In a surprising turn of events, the new-home sales market has weathered the storm of high mortgage rates and emerged stronger than ever. According to Zonda’s New Home Market Update report, sales of new homes surged year over year across all 25 selected markets in June. This unexpected resilience has caught the attention of industry experts and underscores the enduring appeal of the real estate sector despite the challenges posed by elevated interest rates.
The Federal Reserve’s series of short-term interest rate hikes since March 2022 was initially intended to cool down the economy. However, this move led to an unexpected contraction in the housing market toward the end of the previous year. One might assume that high mortgage rates in 2023 would continue to deter buyers. Yet, a surprising consequence has arisen: a discrepancy between housing supply and demand. Existing homeowners have been reluctant to give up their low-interest-rate mortgages, resulting in a scarcity of available housing inventory. Zonda notes that scarcity has turned available properties into hot commodities.
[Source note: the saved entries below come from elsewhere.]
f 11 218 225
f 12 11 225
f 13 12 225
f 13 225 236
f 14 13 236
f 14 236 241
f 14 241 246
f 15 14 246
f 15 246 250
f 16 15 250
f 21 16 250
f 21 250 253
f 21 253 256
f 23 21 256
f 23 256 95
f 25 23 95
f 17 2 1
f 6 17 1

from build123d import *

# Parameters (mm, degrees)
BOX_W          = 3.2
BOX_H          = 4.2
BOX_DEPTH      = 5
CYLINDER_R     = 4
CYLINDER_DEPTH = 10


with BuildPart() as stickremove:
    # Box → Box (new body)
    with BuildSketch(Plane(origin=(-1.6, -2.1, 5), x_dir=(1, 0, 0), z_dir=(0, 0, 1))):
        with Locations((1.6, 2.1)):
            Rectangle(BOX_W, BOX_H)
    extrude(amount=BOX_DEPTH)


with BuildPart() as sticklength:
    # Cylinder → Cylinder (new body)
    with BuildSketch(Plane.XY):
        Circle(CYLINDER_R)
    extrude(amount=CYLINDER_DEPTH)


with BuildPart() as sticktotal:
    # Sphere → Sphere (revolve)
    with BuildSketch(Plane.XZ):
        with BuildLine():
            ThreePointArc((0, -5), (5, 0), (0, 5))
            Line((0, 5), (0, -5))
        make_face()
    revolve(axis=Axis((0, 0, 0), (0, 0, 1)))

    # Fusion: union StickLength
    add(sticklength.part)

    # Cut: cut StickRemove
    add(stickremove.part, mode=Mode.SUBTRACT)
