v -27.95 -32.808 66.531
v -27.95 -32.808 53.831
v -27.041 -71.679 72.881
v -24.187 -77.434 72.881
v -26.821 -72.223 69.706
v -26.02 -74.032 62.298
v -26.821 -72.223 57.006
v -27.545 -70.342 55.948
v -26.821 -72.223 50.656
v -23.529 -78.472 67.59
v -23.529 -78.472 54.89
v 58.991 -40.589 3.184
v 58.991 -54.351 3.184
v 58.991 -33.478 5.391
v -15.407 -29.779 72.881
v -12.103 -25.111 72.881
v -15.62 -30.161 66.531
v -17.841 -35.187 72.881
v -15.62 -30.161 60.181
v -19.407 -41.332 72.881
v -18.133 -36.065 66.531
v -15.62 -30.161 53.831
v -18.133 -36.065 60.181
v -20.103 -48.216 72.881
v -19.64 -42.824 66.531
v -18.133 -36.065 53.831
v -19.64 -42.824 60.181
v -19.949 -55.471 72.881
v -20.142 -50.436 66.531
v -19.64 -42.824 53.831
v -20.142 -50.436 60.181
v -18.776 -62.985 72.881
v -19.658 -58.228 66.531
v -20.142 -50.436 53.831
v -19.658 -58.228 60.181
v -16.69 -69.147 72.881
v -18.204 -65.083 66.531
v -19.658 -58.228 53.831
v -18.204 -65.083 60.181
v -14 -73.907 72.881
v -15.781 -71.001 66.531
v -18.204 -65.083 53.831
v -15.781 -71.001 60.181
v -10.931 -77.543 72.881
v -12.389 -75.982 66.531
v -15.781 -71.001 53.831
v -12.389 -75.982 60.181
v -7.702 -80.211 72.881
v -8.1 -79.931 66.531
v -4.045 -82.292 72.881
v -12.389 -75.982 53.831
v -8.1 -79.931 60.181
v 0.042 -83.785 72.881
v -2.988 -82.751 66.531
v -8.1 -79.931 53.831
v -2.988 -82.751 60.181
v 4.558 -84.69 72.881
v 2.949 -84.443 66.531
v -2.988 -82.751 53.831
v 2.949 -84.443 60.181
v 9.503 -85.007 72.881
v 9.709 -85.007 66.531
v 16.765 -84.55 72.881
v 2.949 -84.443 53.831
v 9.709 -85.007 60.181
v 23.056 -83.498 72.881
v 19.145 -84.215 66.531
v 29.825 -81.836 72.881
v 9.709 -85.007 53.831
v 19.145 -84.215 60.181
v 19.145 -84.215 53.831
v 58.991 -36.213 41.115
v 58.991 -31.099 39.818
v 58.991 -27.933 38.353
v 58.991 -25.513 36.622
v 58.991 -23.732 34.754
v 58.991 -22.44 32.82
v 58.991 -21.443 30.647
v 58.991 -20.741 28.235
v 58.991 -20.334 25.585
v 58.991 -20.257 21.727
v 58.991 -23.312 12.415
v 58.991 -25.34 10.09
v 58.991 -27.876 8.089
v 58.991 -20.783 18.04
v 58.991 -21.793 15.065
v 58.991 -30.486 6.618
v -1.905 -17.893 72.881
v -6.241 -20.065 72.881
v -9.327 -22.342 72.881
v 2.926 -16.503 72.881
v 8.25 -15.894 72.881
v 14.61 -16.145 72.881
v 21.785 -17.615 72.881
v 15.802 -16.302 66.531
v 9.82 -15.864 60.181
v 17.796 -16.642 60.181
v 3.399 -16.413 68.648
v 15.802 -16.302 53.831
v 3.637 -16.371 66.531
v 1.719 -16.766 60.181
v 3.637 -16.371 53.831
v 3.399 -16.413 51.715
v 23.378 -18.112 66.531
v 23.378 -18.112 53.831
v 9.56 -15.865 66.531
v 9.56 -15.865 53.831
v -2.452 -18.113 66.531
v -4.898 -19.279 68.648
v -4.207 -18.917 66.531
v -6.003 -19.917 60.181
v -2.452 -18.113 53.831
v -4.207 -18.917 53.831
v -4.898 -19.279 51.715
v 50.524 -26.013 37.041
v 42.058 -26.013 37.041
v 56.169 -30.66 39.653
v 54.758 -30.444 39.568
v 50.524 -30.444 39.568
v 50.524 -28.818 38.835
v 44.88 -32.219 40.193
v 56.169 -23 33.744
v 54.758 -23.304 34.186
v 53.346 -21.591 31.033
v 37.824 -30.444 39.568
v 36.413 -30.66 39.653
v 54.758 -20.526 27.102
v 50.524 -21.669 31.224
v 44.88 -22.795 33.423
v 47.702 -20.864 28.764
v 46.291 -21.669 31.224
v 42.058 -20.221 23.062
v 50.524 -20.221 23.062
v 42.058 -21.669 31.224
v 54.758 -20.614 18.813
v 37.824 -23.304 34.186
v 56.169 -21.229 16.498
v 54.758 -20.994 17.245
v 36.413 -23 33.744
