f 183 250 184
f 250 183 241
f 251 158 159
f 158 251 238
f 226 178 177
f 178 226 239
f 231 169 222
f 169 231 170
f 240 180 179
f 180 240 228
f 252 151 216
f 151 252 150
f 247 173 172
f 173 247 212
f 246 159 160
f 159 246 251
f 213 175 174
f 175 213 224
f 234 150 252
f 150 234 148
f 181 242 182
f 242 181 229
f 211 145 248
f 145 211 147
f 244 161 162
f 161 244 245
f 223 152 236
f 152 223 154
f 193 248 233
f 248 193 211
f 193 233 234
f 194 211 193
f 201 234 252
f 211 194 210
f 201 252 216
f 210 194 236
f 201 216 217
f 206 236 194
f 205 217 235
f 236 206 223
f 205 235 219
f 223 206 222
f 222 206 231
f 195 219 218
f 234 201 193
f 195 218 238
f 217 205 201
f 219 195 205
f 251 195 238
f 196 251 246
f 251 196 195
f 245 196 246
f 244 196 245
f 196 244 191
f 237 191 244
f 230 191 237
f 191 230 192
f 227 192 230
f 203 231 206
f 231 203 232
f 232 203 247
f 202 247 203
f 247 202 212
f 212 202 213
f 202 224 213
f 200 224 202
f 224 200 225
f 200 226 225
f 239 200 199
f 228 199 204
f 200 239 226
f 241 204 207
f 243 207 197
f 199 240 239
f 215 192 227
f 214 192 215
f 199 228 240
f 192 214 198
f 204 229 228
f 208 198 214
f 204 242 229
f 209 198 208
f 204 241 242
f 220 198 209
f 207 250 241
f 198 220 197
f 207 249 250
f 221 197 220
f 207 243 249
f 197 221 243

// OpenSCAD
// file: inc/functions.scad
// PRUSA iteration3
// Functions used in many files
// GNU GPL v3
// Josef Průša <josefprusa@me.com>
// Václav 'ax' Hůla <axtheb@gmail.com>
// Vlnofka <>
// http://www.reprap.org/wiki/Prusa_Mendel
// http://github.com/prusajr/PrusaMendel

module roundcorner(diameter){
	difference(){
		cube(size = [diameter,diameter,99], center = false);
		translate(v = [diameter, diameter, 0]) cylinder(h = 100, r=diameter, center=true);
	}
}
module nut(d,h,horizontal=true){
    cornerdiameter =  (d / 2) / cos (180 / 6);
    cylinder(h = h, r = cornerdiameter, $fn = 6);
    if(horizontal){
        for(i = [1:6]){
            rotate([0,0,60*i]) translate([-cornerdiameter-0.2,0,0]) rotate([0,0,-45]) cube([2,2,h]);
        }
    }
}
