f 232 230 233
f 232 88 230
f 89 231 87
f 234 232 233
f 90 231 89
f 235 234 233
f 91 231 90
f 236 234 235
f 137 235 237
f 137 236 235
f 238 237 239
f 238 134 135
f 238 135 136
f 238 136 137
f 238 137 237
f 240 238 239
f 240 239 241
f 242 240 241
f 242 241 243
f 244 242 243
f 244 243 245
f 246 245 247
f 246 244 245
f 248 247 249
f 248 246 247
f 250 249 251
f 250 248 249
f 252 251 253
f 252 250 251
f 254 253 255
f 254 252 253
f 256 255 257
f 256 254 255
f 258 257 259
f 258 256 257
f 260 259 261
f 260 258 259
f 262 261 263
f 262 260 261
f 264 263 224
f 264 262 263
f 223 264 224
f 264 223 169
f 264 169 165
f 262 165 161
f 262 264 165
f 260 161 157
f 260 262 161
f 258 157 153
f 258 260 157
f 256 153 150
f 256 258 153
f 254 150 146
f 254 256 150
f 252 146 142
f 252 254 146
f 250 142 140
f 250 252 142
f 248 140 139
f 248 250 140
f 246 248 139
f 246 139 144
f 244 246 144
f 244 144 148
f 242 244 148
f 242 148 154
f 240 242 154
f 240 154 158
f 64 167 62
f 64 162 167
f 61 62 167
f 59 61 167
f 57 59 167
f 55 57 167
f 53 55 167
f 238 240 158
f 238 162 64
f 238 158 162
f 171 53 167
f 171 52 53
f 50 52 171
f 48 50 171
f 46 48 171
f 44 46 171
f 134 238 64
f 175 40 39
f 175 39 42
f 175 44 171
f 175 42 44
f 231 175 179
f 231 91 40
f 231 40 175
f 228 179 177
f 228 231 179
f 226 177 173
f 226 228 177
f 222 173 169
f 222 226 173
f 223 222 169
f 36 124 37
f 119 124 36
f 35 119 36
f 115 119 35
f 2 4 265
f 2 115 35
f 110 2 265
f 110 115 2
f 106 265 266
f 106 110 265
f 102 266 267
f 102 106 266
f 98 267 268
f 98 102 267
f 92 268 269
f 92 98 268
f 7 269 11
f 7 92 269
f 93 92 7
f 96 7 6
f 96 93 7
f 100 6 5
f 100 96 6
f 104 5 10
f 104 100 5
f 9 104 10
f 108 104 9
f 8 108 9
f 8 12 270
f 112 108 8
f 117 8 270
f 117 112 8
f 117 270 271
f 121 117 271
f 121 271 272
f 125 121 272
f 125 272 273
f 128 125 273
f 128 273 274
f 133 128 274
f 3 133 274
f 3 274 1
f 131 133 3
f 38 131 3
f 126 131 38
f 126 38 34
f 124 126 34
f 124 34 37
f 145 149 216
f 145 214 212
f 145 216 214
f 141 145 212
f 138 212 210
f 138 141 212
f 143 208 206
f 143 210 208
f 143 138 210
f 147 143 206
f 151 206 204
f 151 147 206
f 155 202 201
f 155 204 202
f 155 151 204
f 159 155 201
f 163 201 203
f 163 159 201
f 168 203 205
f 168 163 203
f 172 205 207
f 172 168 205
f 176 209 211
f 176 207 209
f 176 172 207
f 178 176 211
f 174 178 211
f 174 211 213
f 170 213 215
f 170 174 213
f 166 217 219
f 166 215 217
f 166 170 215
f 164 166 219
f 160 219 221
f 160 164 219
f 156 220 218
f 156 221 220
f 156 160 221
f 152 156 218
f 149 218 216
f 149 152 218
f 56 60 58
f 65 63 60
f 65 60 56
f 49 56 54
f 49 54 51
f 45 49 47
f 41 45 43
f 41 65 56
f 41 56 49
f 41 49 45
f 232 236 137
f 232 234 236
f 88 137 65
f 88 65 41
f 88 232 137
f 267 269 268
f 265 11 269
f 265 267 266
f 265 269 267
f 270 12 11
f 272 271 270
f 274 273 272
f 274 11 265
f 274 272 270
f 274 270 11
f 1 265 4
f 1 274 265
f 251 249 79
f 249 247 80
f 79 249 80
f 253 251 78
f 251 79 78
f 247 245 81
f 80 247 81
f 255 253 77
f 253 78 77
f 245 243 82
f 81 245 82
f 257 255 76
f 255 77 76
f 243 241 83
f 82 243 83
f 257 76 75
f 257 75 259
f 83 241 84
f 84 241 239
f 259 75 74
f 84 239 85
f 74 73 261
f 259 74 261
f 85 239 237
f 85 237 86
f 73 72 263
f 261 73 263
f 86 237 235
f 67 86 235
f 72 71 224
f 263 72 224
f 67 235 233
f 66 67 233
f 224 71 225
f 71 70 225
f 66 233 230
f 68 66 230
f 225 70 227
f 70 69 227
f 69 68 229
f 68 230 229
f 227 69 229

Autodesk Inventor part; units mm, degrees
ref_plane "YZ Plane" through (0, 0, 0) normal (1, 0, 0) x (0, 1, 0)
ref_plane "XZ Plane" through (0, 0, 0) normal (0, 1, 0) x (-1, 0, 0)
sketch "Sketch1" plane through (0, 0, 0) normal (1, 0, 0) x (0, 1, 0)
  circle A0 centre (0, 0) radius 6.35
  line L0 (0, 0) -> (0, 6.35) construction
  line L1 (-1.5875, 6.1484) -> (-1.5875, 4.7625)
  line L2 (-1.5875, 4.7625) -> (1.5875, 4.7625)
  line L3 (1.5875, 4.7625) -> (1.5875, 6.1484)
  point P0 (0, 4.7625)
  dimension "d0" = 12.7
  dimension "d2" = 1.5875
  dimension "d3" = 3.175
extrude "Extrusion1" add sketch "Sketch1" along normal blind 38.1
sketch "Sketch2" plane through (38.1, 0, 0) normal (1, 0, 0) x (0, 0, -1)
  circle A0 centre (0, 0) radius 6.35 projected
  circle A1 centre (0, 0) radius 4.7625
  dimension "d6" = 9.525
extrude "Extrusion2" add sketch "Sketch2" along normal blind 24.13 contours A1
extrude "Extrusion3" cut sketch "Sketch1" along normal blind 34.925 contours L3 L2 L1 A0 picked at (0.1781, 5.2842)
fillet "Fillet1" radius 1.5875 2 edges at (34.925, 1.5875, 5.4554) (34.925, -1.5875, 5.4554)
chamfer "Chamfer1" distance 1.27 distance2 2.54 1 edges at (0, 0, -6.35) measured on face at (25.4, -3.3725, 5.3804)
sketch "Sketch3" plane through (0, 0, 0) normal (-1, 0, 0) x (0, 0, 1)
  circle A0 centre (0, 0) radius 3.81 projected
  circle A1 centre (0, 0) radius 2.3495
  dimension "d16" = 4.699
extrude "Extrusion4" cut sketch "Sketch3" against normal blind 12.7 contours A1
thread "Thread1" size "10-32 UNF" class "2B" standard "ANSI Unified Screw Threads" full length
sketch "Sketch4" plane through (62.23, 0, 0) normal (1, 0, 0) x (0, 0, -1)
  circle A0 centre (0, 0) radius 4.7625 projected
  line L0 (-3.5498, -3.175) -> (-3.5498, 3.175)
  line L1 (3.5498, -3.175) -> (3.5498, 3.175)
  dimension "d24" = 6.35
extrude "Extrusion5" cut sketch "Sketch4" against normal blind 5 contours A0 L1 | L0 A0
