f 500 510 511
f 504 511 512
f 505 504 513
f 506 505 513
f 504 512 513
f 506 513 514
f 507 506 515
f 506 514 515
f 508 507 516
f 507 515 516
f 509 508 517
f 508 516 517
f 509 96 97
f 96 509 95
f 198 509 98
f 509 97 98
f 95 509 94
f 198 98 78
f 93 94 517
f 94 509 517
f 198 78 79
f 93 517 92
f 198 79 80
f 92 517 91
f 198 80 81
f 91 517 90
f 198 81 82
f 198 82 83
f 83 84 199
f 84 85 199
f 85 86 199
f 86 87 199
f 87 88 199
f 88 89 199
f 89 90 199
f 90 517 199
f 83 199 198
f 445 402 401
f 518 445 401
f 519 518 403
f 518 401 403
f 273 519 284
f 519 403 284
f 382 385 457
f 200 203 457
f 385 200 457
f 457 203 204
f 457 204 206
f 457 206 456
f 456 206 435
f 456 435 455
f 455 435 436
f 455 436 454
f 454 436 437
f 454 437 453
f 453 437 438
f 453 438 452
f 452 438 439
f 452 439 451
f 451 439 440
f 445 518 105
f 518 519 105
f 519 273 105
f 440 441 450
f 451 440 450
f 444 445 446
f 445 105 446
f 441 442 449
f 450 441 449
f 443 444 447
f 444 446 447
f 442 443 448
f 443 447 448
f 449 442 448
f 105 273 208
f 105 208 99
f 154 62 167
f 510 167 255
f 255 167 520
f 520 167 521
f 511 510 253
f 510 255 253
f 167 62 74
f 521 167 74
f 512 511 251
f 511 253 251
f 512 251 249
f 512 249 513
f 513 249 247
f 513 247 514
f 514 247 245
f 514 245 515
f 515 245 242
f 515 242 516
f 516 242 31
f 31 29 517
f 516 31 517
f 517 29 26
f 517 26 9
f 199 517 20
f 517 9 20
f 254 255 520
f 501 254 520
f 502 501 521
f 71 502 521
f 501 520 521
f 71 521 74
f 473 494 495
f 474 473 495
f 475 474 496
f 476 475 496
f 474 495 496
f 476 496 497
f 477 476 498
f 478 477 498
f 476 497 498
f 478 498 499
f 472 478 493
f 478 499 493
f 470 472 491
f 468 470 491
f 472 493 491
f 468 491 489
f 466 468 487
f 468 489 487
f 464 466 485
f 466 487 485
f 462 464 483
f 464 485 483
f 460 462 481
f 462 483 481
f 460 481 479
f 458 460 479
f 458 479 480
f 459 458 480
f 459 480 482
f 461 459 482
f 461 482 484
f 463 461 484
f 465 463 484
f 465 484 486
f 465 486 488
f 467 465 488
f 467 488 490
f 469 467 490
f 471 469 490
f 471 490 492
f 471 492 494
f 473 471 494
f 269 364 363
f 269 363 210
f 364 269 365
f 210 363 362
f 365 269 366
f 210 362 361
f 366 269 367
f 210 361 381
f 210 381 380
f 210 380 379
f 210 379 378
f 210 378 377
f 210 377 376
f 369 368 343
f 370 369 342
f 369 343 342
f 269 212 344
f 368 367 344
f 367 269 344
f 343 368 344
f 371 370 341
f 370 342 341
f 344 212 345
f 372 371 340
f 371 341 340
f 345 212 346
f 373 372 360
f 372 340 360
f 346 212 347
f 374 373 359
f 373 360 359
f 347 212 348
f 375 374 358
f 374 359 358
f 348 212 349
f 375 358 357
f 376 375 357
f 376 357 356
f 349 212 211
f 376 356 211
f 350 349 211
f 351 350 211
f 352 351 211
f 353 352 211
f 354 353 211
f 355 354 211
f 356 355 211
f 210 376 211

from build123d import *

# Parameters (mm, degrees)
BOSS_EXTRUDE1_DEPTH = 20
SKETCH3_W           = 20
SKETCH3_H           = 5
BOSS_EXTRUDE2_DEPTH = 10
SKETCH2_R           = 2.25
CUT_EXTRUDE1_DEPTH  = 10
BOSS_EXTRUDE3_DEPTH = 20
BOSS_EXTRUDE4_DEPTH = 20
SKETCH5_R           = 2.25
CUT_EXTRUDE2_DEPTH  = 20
Zonda’s report reveals that new-home sales remained relatively steady in June, indicating a seasonally adjusted annual rate of 734,242 units sold. In a remarkable year-over-year contrast, June 2023 saw a 33.5% increase compared to June 2022. Unadjusted, 62,558 residential homes were sold in June. This reflected a remarkable 36.1% increase from June 2022 and an impressive 11.9% growth over the same month in 2019.
Despite the seemingly robust market, Zonda’s chief economist, Ali Wolf, cautioned against complacency. Wolf points out that while consumers appear to have adapted well to higher interest rates, the impact of tighter credit conditions on acquisition, development, and construction loans, especially for smaller builders, is a crucial factor to monitor. External factors, beyond control, also can significantly influence the market’s trajectory.
The New Home Pending Sales Index (PSI) introduced by Zonda, which factors in both total sales volume and the average sales rate per month per community, recorded a reading of 146 in June. This represents an impressive 33.3% increase compared to the same month last year and a 5.7% rise from May. While the index remains 16.1% below cycle highs, the upward trend is a promising indicator of market strength.
Several markets have demonstrated exceptional year-over-year PSI improvements. Sacramento, California (+142.6%), Seattle (+85.5%), and Baltimore (+58.9%) stand out as exemplars of this trend. However, some markets have experienced more modest growth, with New York (+1.8%), Jacksonville, Florida (+3.6%), and Philadelphia (+5.3%) recording relatively lower PSI increases. Every month, Minneapolis, Las Vegas, and California’s Riverside/San Bernardino have been identified as the top-performing markets.
National home prices have continued to rise across various segments. Entry-level homes saw a 1.1% increase to reach $338,748, move-up homes rose by 1% to $526,697, and high-end homes experienced a 3.7% increase to $913,624. This upward price trajectory aligns with the growing demand for available housing inventory.
Despite the market’s resilience, the practice of offering incentives remains commonplace. Zonda reports that 63% of new-home communities provided incentives in June, which greatly makes homeownership more accessible to buyers constrained by affordability concerns. Incentives such as mortgage rate buydowns, contributions towards closing costs, and flexible funds continue to play a crucial role in facilitating home purchases.
The count of actively selling communities has experienced a marginal year-over-year decline, currently standing at 13,791. This decline, however slight, has contributed to an increase in the average sales rate per month per community. Notably, some markets, including Riverside/San Bernardino, Austin, Texas, and Salt Lake City, have experienced community count growth. However, others like Tampa, Florida; San Francisco; and Atlanta have seen a decline relative to 2022.
Quick move-ins (QMIs), homes that can be occupied within 90 days, totaled 23,333 nationally in June. While this figure represents an 8.7% decrease month over month, it is 3.6% higher than June 2022. QMIs continue to be a popular choice among consumers, providing a viable alternative to the resale market due to limited existing inventory.
As markets like Salt Lake City (+154.3%), Phoenix (+37.4%), and Cincinnati (+30.4%) demonstrate, QMI counts have shown substantial year-over-year growth in several metropolitan areas. This further underscores the dynamism of the new-home sales market and its ability to adapt and thrive despite high mortgage rates.
In conclusion, the unexpected resilience of June’s new-home sales testifies to the enduring appeal of the real estate sector. Despite high mortgage rates and associated challenges, the market has proven its ability to weather the storm and flourish. This phenomenon underscores the importance of monitoring macroeconomic trends and local factors to understand market dynamics. As the industry navigates through uncertainties, Zonda’s report offers valuable insights for businesses and professionals looking to make informed decisions in this dynamic landscape.